NO SUBSTITUTE. Employees certainly need this help, but they also need to know when they must focus on their families, says Ellen Galinsky, president of the Families and Work Institute in New York City and author of Ask the Children. ''Kids do best when it's clear they are a priority in their parents' lives,'' Galinsky says, adding that how people parent matters more than whether they work or not.

Companies that provide backup child care for sick kids may ease stress for working parents, Galinsky notes, but they're not letting employees stay home with children who are ill. And those that provide sitters for parents who must work the weekend are certainly freeing employees from worrying about their children's well-being, but they're not allowing them to spend the day with their families.

Sometimes mommy services can backfire. Lynn Corsiglia, a human resources executive in California, remembers the disappointment in her daughter's eyes when the girl discovered that someone had been hired to help organize her birthday party. ''I realized that I blew the boundary,'' she says. ''To her, organizing the party was part of the event.'' Corsiglia apologized, and then sat down with her daughter as she started to cry.

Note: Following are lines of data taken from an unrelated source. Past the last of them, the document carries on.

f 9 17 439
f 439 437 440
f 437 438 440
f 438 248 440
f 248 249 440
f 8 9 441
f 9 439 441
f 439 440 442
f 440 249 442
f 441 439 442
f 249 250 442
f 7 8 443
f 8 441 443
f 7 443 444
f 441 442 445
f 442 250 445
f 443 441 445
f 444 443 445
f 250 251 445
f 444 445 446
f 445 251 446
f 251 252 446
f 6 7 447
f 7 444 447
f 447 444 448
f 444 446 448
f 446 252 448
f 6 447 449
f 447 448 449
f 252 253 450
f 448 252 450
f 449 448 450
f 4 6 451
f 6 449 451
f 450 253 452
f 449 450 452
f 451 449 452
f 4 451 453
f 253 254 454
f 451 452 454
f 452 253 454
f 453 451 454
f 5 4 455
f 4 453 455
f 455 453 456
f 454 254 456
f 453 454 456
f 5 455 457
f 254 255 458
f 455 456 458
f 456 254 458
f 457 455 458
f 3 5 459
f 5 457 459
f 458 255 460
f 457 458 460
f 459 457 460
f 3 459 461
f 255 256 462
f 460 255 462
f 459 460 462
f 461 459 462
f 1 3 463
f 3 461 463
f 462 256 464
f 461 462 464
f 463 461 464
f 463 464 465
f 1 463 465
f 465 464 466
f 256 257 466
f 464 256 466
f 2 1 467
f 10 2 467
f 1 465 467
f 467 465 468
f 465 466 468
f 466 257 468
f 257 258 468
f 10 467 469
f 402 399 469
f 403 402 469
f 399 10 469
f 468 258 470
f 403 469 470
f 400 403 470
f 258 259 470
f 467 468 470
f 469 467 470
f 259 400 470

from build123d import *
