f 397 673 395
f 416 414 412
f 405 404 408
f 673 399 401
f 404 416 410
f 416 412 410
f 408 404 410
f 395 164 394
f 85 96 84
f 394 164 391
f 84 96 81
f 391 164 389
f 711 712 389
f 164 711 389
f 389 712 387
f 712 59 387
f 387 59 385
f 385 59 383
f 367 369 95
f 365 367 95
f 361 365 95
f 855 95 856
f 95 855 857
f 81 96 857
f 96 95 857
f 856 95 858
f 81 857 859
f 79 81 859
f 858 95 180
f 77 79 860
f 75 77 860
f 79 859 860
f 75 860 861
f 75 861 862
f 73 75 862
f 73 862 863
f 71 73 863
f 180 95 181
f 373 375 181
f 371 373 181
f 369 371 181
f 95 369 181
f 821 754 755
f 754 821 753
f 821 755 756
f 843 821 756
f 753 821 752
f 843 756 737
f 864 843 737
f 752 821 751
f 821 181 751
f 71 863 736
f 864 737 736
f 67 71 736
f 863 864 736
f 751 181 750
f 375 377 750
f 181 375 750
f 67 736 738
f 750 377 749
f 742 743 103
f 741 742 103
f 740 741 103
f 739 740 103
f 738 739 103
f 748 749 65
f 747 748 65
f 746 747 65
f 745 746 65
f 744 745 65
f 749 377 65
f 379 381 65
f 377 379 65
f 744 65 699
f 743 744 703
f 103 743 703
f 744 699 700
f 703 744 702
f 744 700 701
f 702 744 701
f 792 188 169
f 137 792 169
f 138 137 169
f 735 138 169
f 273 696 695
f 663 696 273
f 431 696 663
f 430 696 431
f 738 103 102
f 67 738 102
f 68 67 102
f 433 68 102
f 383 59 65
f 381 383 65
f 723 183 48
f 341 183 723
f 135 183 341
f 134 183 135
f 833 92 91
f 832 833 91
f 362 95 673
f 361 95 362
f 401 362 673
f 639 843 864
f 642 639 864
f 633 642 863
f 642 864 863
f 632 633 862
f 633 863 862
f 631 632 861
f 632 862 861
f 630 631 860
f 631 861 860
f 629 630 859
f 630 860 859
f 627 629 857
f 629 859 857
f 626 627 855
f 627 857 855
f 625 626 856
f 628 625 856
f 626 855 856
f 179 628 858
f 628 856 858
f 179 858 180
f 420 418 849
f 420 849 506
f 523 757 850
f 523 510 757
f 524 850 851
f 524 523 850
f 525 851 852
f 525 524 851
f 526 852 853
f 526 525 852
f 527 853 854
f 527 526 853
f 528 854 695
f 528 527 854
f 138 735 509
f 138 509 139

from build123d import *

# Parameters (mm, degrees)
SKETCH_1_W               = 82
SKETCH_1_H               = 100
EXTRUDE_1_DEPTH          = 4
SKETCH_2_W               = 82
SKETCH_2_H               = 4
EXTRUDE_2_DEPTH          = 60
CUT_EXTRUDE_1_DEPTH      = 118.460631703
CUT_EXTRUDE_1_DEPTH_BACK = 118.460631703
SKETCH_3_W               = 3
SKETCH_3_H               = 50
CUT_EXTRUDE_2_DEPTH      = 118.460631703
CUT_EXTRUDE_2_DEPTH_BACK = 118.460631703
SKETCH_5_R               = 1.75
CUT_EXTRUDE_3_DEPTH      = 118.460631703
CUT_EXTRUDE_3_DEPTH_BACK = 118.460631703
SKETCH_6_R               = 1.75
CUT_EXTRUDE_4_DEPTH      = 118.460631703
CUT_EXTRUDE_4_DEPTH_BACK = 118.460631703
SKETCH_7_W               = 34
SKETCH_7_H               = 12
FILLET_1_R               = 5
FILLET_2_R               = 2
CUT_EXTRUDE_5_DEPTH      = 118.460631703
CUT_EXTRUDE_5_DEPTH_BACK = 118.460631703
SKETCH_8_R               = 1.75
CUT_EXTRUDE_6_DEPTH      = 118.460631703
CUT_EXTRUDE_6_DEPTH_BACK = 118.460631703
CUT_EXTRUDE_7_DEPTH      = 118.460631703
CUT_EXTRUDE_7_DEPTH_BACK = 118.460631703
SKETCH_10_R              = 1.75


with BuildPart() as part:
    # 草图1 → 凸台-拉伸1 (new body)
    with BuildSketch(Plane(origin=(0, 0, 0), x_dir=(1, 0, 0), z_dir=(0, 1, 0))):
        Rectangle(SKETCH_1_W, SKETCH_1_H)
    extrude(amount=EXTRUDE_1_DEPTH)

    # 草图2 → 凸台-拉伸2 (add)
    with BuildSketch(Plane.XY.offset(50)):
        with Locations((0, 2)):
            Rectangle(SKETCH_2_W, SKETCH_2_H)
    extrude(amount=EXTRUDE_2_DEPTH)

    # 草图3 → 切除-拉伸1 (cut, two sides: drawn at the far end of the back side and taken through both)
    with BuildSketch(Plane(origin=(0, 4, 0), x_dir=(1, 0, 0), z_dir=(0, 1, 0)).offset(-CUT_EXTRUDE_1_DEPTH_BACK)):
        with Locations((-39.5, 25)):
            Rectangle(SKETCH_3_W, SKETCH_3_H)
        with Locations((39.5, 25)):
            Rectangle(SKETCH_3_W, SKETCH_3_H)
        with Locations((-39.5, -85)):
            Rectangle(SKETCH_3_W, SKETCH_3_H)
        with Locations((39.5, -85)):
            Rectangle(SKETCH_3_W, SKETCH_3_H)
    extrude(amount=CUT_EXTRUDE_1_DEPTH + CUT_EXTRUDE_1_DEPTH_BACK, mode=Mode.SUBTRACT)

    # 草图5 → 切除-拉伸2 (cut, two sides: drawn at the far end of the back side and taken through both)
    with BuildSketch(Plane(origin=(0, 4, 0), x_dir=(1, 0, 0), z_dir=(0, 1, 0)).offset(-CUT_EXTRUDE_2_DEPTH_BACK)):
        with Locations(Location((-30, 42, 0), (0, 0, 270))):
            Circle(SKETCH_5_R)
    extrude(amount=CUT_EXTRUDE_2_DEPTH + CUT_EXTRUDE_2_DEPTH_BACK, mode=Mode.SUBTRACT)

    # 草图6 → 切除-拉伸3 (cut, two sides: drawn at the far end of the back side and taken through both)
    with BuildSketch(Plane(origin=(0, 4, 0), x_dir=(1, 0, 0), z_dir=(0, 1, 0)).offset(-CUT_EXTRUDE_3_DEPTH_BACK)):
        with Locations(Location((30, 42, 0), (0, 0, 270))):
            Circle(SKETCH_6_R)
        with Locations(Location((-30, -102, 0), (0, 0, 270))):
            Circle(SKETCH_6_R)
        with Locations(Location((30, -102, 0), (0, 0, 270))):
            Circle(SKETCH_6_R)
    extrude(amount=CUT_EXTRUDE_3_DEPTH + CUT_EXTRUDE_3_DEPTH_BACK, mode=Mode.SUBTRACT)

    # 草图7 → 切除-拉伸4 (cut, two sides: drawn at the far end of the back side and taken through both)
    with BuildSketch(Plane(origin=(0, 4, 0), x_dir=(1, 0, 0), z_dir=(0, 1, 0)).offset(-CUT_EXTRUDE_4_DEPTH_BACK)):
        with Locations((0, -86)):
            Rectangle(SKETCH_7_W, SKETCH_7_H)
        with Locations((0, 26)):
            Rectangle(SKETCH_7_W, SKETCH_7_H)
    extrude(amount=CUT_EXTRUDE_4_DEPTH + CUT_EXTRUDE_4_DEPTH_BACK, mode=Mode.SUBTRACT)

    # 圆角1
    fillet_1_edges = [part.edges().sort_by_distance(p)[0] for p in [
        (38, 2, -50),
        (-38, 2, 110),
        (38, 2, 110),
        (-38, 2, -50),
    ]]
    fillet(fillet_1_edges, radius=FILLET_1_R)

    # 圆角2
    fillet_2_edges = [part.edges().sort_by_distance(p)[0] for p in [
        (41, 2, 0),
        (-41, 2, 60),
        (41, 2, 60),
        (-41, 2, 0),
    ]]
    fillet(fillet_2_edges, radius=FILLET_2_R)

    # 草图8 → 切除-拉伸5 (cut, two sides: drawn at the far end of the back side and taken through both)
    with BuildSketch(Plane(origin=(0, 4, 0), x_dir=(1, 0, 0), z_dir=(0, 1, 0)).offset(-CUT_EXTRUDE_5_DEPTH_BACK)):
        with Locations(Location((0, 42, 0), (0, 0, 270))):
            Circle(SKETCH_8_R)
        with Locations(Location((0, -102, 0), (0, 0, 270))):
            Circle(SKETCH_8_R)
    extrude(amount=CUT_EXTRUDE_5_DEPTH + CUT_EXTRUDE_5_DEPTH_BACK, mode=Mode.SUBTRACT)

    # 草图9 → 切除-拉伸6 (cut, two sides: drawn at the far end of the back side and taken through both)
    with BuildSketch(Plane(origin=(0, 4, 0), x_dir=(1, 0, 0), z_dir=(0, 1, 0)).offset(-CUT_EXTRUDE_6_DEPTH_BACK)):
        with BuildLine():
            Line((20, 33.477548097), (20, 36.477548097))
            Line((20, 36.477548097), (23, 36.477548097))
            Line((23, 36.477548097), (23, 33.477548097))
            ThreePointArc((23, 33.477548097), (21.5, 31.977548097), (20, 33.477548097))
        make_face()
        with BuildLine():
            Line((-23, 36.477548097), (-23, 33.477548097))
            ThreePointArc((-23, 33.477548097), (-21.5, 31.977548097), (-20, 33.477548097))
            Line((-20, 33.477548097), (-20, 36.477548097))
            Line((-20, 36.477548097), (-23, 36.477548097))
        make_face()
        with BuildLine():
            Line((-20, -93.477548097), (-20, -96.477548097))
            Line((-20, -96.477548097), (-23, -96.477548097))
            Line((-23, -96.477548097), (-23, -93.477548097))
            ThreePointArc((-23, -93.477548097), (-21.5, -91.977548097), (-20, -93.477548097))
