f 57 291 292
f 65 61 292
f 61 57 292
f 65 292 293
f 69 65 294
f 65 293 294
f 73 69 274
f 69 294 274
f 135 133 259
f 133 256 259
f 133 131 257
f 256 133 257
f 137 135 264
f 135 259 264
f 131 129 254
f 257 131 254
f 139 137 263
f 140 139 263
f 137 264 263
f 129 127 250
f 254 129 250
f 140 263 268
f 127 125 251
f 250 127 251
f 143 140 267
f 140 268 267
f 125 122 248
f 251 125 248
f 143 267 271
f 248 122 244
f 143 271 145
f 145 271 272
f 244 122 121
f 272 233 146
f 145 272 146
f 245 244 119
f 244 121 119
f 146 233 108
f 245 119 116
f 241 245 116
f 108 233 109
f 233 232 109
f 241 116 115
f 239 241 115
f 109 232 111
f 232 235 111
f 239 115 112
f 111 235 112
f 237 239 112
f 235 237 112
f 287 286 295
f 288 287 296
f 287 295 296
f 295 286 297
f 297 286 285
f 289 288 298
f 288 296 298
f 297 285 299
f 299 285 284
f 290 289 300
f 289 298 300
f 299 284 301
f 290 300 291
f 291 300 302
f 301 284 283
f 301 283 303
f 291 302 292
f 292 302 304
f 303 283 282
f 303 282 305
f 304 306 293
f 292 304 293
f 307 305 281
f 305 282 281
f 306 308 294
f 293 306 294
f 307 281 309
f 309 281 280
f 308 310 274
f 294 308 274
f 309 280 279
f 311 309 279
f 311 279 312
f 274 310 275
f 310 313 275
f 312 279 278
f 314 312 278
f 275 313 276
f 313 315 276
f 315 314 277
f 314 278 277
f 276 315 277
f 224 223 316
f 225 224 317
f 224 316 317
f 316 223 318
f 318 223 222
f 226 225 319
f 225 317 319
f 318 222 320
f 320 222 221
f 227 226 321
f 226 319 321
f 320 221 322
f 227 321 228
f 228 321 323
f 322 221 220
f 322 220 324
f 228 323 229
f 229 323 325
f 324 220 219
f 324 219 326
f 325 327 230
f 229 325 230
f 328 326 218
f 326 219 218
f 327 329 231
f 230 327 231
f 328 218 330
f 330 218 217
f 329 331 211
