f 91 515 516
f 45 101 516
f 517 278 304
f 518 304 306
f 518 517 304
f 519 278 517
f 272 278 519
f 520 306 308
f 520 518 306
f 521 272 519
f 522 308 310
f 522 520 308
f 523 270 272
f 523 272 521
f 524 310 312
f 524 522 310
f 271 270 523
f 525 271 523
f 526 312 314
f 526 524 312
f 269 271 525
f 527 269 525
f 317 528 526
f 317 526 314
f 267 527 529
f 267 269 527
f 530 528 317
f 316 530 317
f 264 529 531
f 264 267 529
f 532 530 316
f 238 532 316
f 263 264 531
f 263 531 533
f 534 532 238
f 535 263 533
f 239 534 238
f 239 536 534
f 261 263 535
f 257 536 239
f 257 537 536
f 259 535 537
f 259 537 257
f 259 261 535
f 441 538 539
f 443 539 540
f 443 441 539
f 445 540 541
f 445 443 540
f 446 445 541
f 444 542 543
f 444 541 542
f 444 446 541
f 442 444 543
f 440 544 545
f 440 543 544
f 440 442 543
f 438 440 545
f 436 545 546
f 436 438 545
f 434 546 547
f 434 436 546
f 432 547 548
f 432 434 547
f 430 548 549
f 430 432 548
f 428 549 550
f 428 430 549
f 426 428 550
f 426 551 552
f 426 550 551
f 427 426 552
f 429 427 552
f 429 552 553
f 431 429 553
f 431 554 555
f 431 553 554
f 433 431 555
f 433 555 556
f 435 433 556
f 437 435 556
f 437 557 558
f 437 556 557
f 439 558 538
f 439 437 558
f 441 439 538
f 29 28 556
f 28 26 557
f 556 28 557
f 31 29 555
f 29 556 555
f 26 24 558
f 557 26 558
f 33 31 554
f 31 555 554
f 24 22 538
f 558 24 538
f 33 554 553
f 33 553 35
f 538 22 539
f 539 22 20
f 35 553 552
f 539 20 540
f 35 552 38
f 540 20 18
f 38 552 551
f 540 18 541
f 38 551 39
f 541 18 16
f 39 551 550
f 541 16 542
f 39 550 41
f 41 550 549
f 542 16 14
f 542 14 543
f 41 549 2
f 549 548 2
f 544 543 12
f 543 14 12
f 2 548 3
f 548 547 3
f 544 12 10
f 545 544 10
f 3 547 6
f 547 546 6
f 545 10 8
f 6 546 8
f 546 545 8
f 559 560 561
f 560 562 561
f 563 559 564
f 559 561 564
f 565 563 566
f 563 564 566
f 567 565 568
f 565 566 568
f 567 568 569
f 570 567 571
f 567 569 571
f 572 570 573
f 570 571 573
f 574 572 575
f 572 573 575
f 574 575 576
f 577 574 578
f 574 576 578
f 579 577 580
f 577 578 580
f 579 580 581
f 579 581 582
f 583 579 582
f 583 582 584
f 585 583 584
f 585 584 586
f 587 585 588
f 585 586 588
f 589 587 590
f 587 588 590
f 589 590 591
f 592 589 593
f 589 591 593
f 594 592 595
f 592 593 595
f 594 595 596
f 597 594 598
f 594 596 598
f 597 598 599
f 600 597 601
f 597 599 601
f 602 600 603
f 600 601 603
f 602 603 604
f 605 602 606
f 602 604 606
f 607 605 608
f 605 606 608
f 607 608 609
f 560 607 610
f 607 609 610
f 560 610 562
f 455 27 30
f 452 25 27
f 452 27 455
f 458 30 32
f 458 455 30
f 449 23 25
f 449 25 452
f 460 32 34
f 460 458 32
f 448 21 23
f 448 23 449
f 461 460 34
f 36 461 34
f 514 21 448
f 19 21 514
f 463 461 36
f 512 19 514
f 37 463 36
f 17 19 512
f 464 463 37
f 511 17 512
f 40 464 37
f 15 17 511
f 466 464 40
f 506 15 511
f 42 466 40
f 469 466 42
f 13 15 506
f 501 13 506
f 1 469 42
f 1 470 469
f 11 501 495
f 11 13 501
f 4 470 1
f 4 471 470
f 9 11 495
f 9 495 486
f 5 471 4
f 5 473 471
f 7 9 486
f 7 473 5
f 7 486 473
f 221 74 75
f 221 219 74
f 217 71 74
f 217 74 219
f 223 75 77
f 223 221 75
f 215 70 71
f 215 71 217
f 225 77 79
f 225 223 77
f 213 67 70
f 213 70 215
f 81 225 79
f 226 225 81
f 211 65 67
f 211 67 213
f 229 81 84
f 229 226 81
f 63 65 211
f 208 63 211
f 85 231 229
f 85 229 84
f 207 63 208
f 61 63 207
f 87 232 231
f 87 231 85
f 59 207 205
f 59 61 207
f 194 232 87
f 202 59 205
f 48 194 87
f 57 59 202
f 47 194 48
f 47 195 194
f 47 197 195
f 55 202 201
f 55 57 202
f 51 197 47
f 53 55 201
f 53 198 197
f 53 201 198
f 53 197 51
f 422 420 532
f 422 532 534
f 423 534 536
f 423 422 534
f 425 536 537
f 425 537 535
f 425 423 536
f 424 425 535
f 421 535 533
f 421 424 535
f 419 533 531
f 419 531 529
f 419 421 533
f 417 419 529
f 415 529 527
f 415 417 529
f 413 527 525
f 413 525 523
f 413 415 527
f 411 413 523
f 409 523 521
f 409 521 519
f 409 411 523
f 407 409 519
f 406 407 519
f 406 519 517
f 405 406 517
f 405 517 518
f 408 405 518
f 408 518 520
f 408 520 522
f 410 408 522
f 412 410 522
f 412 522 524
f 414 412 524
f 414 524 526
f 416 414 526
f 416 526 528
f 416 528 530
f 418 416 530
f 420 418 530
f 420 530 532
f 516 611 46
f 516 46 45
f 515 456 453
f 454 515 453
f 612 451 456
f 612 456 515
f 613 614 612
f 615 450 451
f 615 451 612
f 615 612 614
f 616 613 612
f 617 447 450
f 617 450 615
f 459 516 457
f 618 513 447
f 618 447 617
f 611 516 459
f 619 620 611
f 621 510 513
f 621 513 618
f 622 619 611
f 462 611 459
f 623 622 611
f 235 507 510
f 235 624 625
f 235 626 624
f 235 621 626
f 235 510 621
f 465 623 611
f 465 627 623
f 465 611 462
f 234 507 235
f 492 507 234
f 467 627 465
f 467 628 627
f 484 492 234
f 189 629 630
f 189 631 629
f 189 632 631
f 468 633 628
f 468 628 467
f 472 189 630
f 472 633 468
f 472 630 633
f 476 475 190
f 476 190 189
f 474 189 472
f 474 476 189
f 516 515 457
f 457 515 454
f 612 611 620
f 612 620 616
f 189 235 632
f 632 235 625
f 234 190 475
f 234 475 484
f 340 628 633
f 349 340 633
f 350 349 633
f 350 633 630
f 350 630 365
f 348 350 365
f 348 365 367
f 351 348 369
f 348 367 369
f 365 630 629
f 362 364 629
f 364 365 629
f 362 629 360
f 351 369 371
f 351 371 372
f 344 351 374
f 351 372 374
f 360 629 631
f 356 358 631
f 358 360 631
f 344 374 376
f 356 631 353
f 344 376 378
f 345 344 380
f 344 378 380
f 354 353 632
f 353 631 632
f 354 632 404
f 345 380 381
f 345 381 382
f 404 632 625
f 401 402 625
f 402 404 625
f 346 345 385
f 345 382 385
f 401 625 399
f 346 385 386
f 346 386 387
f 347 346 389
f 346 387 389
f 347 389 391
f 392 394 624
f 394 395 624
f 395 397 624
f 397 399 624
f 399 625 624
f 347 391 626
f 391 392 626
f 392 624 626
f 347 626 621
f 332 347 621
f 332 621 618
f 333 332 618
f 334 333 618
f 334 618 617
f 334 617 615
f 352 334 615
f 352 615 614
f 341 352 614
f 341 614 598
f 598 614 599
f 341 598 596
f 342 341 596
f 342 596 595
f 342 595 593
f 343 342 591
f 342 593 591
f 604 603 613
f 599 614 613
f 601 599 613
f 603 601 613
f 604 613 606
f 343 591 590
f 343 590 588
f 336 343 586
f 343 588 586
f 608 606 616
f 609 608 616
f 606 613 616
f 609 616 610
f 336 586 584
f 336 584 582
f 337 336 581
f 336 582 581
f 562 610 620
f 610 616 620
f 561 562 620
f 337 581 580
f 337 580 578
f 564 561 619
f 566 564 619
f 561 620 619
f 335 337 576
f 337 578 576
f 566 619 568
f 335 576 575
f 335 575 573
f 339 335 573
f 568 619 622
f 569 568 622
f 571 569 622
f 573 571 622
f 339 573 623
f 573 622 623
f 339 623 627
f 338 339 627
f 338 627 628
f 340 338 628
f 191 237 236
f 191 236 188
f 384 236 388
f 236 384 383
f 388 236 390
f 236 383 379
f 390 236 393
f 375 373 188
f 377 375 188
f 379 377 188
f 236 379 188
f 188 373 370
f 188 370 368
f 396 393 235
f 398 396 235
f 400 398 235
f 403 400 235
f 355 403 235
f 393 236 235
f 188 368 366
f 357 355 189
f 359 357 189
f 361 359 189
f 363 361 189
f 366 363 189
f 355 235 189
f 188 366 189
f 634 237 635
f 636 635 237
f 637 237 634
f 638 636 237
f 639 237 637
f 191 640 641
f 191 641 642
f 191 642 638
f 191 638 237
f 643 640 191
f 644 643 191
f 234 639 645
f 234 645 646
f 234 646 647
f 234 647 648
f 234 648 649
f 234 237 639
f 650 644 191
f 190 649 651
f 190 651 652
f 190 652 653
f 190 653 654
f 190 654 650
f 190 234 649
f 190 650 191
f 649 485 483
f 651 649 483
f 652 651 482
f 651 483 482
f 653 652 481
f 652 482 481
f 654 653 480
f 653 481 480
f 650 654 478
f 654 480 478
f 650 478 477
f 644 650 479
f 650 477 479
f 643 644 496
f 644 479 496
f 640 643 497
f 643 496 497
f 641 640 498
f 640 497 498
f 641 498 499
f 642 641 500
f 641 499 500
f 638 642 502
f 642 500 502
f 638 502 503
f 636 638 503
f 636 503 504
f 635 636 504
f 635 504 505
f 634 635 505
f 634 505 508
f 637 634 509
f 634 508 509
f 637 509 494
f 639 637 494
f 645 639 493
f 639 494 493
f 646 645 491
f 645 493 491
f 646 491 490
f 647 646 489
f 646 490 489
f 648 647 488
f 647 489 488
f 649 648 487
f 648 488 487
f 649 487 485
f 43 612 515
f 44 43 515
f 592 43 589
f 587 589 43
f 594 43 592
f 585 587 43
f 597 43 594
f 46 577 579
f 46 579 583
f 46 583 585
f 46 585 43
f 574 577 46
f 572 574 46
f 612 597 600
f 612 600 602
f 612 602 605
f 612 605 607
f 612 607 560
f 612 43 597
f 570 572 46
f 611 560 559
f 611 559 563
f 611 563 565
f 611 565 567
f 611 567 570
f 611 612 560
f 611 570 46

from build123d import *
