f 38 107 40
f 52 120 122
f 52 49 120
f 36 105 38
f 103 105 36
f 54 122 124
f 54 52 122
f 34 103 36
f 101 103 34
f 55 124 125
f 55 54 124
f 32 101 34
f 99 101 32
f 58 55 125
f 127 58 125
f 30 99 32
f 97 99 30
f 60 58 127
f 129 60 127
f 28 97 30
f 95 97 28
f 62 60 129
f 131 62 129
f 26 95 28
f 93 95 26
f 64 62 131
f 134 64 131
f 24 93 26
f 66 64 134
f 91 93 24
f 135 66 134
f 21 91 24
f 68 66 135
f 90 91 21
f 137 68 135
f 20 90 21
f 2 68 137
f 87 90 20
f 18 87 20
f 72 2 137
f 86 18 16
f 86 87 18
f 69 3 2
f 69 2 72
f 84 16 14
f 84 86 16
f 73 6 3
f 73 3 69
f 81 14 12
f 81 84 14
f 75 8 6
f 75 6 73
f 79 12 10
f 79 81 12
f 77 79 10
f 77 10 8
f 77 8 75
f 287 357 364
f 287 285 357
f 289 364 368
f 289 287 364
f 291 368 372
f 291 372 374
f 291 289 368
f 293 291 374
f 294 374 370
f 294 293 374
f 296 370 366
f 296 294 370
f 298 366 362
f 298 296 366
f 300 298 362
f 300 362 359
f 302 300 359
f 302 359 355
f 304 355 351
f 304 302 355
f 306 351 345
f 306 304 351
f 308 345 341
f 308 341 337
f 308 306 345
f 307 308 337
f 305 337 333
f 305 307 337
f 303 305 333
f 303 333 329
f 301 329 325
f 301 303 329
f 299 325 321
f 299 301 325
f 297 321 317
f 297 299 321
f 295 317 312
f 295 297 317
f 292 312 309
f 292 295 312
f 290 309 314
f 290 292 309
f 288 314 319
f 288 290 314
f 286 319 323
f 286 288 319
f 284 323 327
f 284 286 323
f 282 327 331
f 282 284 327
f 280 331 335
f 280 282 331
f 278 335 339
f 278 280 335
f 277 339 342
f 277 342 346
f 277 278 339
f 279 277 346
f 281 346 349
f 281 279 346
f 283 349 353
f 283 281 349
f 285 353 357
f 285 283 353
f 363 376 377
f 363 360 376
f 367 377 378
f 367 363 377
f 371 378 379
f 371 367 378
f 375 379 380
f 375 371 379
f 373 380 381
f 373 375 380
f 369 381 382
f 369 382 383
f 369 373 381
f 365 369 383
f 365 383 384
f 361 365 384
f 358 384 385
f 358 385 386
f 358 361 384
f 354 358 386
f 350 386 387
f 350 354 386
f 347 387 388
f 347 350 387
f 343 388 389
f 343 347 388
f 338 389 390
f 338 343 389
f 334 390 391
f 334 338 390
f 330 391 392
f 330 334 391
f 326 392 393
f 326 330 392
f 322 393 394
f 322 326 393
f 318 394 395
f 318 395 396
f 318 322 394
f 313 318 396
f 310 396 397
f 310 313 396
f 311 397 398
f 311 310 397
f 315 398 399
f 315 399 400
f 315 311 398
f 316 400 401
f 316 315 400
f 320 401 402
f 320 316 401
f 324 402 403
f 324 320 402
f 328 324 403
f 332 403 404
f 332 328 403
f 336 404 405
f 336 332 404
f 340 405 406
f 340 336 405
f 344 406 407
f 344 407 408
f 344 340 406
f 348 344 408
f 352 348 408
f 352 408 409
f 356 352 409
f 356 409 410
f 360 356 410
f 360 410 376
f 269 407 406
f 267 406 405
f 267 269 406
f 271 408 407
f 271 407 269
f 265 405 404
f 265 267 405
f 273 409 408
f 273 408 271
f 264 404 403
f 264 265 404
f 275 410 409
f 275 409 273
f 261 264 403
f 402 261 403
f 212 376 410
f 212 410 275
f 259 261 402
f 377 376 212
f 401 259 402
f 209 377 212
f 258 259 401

Party planners can dredge up fears in parents, too. Liz Nagengast, co-owner of New York City-based In Tandem Productions, which plans elaborate children's parties that cost from $400 to $17,000, says she has never seen any kids upset at her events. But parents often worry about how they'll be judged by other families. ''A lot of parents call and say they don't want something to look ostentatious,'' she said.

Sometimes, parents are so stressed that caregivers must spend time trying to get them to relax and focus on their children. Diane Lipton Dennis, president and CEO of Lipton Corporate Child Care Centers Inc., which offers emergency child care, says she tries to encourage parents--without insulting them--to take a minute to hear about their children's day. ''People don't have time to stop and listen and just be,'' she said. Sometimes, they don't even bother to drop their children off at her emergency center, which they have never seen, she said, recalling a child who arrived in a limousine. She winces at the taxi services that routinely ferry children to the pediatrician or shuttle children as young as eight months to the day care center. Some even pay someone else to take kids to their shrinks--a ride experts like Corsiglia believe should be handled by the family.

Indeed, Corsiglia figures parents should interrupt work for anything involving their child's health, safety, and emotional well-being. Without that kind of bottom line, stressed-out parents can fall into a consumer trap, forgetting that there are some things money just shouldn't buy.